*Assignment*:
Beneath this line are the data; copy exactly the part of them that opens with the line containing "extrude(amount=EXTRUDE_2_DEPTH)" and closes with the line containing "(-18.160254038, 117.2), align=None)", and only that part.

◇ ◇ ◇ ◇

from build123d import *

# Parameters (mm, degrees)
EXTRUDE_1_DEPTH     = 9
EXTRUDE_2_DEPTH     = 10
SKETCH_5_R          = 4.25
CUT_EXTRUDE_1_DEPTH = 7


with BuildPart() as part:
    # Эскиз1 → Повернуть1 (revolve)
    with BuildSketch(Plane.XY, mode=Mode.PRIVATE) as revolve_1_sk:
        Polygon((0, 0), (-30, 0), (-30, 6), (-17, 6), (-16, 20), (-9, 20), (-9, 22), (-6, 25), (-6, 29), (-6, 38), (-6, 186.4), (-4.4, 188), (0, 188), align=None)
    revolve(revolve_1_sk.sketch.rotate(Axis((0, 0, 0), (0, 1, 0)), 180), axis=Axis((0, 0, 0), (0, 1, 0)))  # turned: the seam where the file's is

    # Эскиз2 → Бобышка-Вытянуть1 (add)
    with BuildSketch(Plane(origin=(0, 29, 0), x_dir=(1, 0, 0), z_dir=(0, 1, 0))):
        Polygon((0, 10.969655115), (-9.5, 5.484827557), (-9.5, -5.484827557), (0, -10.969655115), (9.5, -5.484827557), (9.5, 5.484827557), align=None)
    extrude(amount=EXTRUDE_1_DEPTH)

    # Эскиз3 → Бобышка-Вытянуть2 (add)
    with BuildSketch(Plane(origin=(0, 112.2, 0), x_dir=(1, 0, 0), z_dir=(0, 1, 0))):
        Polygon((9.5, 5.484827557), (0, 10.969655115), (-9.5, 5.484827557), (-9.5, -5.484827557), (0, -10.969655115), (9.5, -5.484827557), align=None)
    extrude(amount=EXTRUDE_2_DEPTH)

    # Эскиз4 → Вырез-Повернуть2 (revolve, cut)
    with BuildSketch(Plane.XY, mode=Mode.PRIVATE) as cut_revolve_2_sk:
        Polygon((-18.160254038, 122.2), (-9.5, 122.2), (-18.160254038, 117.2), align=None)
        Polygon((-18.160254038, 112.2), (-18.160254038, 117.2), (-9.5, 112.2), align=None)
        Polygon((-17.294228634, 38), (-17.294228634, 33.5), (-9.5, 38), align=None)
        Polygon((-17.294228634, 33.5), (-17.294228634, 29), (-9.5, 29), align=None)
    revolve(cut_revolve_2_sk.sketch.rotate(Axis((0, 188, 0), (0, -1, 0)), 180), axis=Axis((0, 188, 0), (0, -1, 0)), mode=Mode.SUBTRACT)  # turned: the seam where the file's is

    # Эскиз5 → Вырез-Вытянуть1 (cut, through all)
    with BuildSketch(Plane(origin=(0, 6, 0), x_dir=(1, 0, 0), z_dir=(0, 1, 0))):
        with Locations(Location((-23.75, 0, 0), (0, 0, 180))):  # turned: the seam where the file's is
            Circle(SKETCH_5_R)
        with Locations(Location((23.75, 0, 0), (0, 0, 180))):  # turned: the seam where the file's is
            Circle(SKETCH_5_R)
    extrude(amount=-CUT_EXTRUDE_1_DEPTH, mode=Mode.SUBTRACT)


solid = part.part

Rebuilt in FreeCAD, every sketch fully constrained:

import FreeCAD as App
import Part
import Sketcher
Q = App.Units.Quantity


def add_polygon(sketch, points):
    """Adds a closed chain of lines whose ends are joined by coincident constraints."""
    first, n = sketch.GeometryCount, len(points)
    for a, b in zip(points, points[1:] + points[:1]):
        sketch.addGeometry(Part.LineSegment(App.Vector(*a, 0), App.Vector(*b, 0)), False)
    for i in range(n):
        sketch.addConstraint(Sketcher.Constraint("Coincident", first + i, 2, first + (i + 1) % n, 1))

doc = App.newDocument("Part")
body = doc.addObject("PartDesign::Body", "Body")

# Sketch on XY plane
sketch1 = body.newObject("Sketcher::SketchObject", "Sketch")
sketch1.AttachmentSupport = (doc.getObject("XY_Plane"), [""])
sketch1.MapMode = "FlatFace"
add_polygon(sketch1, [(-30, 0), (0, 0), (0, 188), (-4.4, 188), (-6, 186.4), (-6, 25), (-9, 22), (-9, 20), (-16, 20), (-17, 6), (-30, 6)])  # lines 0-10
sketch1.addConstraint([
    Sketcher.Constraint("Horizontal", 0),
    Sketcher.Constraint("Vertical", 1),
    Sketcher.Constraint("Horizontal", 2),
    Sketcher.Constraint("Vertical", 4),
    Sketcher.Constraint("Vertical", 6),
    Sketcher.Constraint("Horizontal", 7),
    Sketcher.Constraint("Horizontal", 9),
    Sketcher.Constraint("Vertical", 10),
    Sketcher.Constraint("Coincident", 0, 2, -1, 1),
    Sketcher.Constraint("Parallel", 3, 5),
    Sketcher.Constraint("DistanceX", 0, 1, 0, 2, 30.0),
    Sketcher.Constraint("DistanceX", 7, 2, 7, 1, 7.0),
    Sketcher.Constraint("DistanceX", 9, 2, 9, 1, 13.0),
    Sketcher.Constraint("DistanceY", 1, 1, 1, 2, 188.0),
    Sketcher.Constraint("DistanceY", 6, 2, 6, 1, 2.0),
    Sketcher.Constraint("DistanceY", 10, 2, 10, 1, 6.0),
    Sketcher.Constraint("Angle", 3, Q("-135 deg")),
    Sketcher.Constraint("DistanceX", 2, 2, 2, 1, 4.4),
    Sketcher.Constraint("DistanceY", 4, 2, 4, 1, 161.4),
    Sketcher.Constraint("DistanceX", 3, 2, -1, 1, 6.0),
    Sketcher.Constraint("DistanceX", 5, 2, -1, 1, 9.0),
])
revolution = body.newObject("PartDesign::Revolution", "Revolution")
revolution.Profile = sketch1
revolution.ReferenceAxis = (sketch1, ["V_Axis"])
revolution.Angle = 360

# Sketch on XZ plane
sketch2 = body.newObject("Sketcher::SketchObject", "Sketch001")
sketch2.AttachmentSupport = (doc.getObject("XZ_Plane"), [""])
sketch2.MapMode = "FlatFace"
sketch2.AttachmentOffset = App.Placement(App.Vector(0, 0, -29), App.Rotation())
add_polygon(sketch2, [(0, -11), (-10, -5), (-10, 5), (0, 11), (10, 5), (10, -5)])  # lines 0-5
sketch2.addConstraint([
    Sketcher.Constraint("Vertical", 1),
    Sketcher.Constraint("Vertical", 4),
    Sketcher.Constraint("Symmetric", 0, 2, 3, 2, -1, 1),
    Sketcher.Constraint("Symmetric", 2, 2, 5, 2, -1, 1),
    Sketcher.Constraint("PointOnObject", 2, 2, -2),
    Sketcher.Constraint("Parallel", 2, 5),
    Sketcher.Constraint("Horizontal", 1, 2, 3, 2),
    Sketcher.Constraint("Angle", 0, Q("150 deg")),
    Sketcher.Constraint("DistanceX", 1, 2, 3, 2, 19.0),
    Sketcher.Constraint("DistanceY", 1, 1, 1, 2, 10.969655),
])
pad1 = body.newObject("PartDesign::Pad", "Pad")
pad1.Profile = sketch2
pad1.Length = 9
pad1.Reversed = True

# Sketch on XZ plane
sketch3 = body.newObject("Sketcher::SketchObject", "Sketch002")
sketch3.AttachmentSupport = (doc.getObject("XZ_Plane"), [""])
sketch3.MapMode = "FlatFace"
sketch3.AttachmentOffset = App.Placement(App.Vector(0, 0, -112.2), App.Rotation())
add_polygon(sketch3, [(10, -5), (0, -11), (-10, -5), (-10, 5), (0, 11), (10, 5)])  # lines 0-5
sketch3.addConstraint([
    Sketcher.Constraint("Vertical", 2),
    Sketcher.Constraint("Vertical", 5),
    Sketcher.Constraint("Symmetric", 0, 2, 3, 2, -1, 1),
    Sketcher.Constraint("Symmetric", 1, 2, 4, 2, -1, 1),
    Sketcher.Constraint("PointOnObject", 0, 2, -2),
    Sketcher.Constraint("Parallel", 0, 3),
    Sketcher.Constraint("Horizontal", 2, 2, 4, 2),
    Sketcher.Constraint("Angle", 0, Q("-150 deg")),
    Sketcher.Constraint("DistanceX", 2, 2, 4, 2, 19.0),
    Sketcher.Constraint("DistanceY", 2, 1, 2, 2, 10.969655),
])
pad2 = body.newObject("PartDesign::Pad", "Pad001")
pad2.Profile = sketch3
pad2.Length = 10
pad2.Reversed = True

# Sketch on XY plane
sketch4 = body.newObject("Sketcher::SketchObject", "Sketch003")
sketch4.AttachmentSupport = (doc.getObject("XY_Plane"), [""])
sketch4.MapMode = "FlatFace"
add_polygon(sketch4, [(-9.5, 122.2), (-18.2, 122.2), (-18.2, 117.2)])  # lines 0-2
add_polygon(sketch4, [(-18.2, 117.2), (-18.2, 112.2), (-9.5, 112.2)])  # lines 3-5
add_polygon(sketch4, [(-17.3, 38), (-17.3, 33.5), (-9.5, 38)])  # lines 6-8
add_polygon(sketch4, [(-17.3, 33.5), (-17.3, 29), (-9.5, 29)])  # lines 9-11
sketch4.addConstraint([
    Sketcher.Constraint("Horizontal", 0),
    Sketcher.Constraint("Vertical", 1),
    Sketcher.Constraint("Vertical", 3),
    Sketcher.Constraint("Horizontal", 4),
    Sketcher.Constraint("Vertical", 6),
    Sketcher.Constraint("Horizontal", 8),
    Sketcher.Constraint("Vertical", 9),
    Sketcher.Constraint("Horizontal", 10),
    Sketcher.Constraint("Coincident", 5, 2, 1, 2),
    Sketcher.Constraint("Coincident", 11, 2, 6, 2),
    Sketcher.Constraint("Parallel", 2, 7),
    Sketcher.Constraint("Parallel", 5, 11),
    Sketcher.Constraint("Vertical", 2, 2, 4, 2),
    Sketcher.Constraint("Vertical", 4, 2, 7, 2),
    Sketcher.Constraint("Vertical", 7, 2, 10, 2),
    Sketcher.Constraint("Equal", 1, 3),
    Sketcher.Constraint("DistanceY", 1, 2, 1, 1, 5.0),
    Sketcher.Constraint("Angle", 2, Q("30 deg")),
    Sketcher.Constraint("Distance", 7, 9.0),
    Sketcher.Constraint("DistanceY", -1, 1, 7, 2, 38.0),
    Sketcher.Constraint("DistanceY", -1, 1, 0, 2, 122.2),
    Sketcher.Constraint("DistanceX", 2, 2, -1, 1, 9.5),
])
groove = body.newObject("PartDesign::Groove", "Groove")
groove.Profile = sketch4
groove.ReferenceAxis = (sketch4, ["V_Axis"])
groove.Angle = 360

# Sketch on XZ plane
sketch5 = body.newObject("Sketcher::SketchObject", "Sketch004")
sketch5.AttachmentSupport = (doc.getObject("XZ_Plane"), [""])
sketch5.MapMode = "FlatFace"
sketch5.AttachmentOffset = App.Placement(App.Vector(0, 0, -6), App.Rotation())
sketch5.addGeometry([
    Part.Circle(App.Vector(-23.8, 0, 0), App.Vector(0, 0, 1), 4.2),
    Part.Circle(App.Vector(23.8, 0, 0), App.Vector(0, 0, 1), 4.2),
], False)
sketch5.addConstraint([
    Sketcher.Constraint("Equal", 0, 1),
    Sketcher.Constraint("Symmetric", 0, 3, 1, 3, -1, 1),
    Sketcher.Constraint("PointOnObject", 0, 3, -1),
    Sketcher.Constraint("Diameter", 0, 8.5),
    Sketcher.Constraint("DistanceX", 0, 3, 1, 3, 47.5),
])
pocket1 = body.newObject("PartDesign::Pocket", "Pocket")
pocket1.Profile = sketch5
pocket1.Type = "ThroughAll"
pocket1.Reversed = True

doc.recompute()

◇ ◇ ◇ ◇

*Answer box*:
    extrude(amount=EXTRUDE_2_DEPTH)

    # Эскиз4 → Вырез-Повернуть2 (revolve, cut)
    with BuildSketch(Plane.XY, mode=Mode.PRIVATE) as cut_revolve_2_sk:
        Polygon((-18.160254038, 122.2), (-9.5, 122.2), (-18.160254038, 117.2), align=None)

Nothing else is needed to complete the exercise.